Матвей Алексеевич промолчал. Ему было неудобно слушать похвалу. «Пошел!.. Послали, да и то ненадолго».

Вечером, когда зажглись крупные звезды и стойбище уснуло, Арсеньев присел на пенек у костра, вынул из походной сумки тетрадь в клеенчатом переплете и стал что-то записывать. Временами он откладывал тетрадь, быстро потирал руки и снова брался за карандаш.

Матвей Алексеевич готовил лекарства и поглядывал на Арсеньева в открытую настежь дверь. Наконец Арсеньев спрятал тетрадь в сумку, потянулся.

— Что ж, отдыхать пора, Матвей Алексеевич! — бодро проговорил он. — Завтра в путь.

— Так скоро?

— Тороплюсь, Матвей Алексеевич. Мне еще до озера Гасси надо добраться, потом на Хор. Задержка может быть, а в Далькрайкоме ждут моего доклада. Эх, вместе бы нам прогуляться, есть у меня такие маршруты! Ну ничего, когда-нибудь возьму вас с собой. Поедете?

— С удовольствием!

— Вот и договорились. А теперь спать! Я только дымарь налажу, а то ночью комарики возьмут в плен, — и стал привычно устраивать дымокур в старом ведре.

Через несколько дней, убедившись, что оспа больше не грозит орочам, Мартыненко решил возвратиться в Тайхин. Прощаясь, посоветовал Акунке уговорить родичей откочевать поближе к Тайхину.

— Там и лечить будем ваших, да и ребятишкам надо в школу ходить, — пояснил Матвей Алексеевич. Акунка соглашался: конечно, они перенесут свои юрты поближе к Амуру, так и раньше делали. Но ведь и к зверю надо быть поближе...

Все жители вышли на берег провожать Мартыненко. Наперебой приглашали приезжать в гости, желали счастливого пути. Как потом узнал Матвей Алексеевич от Кирилки, бывший проводник Арсеньева — Макар шаманил ночью, упрашивал духов тайги оберегать русского лекаря в пути.

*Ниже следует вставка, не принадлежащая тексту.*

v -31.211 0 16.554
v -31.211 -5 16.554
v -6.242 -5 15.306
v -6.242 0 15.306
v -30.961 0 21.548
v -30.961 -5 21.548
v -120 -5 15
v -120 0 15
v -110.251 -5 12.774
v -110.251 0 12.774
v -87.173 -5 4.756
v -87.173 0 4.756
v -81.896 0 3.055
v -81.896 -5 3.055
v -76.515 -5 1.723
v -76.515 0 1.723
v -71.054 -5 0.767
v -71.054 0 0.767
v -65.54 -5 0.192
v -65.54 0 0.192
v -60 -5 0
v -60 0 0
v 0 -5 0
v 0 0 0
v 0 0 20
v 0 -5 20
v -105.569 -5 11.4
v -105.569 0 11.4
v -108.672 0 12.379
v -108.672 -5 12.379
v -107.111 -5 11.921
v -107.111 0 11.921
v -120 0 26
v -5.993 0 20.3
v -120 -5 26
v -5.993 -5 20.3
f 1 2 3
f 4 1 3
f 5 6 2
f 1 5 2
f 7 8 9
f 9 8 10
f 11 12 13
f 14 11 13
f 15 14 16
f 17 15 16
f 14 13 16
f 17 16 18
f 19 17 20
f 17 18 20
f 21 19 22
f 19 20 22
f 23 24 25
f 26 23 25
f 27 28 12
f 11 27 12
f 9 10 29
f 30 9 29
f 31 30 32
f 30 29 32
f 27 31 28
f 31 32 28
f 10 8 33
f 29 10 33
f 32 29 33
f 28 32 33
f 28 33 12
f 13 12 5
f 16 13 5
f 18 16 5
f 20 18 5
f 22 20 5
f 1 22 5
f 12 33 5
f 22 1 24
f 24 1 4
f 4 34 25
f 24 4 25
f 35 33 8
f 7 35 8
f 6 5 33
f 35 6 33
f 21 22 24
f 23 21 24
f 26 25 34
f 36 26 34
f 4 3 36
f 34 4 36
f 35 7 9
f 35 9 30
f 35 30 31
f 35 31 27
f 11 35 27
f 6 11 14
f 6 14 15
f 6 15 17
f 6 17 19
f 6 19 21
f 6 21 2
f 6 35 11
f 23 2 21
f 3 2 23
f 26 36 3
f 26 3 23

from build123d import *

# Parameters (mm, degrees)
F1_DEPTH = 5
F3_DEPTH = 25


with BuildPart() as f1:
    # F0 (on Front) → F1 (new body)
    with BuildSketch(Plane.XZ):
        with BuildLine():
            Line((0, 20), (-120, 26))
            Line((-120, 26), (-120, 15))
            Line((-120, 15), (-110.250925, 12.773895))
            ThreePointArc((-110.250925, 12.773895), (-107.888962, 12.158173), (-105.568952, 11.399531))
            Line((-105.568952, 11.399531), (-87.172784, 4.756131))
            ThreePointArc((-87.172784, 4.756131), (-73.792942, 1.198003), (-60, 0))
            Line((-60, 0), (0, 0))
            Line((0, 0), (0, 20))
        make_face()
    extrude(amount=F1_DEPTH)

    # F2 (on face) → F3 (cut)
    with BuildSketch(Plane.XZ.offset(5)):
        Polygon((-6.242202, 15.305864), (-5.992514, 20.299626), (-30.961323, 21.548066), (-31.211011, 16.554304), align=None)
    extrude(amount=-F3_DEPTH, mode=Mode.SUBTRACT)


solid = f1.part
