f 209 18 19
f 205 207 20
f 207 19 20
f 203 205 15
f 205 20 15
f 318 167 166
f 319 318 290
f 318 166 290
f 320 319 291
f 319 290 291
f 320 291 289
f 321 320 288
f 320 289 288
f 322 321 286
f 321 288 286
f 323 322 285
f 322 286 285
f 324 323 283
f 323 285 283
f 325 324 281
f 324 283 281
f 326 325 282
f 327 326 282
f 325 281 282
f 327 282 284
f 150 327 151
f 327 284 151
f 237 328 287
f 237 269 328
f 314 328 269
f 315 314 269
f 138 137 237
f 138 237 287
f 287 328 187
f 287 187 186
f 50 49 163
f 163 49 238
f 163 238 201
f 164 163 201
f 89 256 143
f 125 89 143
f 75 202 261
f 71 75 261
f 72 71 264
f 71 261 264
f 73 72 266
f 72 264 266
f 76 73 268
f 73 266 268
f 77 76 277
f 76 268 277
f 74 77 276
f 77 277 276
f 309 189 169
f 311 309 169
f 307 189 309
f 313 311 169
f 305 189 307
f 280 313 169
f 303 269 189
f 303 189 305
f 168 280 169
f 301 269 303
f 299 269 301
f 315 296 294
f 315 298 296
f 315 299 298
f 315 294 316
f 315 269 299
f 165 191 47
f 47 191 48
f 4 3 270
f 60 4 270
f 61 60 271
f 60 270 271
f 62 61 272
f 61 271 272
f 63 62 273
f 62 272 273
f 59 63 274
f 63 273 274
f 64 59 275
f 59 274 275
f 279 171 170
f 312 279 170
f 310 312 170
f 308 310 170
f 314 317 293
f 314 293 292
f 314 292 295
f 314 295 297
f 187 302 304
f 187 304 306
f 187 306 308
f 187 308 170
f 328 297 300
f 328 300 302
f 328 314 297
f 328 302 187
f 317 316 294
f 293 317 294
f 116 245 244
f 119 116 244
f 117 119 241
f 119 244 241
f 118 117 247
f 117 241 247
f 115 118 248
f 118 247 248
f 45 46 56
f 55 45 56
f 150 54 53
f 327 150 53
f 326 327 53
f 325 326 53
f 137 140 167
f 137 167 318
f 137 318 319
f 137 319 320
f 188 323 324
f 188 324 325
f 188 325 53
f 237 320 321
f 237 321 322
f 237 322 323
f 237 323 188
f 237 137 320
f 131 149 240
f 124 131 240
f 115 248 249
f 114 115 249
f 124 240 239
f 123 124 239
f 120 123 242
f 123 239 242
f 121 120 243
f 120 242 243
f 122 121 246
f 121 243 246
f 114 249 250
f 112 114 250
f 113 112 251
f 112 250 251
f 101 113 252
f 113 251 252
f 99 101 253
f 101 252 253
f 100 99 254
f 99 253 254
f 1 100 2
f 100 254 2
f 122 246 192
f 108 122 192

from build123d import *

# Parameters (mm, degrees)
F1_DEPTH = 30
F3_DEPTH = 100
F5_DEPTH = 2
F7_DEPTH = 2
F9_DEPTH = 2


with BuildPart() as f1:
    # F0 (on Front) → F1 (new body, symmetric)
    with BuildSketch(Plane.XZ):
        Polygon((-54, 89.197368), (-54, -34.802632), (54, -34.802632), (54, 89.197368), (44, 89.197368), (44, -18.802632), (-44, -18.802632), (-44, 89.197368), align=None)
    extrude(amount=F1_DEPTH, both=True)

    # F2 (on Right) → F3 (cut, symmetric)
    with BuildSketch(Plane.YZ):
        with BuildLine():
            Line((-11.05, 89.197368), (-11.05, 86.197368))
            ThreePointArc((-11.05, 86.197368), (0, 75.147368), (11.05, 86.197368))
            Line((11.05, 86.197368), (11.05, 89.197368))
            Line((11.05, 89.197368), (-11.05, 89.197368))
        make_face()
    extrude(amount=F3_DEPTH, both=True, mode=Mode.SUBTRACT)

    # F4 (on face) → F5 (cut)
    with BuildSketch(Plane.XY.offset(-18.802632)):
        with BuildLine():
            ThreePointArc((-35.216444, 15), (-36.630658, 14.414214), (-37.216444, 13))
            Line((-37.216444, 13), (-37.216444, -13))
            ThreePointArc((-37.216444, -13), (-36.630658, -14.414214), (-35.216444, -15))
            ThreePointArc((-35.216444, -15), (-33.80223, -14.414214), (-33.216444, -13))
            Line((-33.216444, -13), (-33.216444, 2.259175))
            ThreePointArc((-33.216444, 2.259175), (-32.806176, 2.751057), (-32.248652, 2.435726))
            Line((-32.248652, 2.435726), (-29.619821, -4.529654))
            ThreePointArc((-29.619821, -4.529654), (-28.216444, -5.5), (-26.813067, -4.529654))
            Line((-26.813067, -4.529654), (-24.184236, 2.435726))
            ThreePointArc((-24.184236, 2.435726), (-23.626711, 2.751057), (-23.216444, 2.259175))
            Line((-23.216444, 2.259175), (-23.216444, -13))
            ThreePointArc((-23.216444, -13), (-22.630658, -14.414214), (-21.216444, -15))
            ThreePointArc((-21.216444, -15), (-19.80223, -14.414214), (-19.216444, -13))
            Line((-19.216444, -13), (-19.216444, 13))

Наверно, убедительно просил старый орочон духов, без приключений добрались Матвей Алексеевич и Кирилка до Тайхина. Причалили к тихой знакомой заводи, где в прозрачной воде черными стрелами металась молодь. Кирилка привязывал бат к толстой иве, когда высокий вейник бесшумно раздвинулся и показалась голова Иннокентия.

— Здравствуй! — спокойно приветствовал старик прибывших, словно только вчера расстался с ними.

— Груша как? — крикнул Матвей Алексеевич, выпрыгивая из бата на берег.

Иннокентий не спеша раскурил трубку, примял пальцем золу, сладко затянулся, потом сказал:

— Однако, рыбу варит сейчас. Больных кормит.

— Ах, Иннокентий, Иннокентий, славный ты старик! Опять, дорогие, мы дома. Кирилка! Слышишь? Мы — дома! — радовался Матвей Алексеевич, хватая оторопевшего парня в охапку. И только теперь бесстрастное лицо старого Иннокентия выразило удивление: «Что это с русским лекарем, как ребенок, однако...»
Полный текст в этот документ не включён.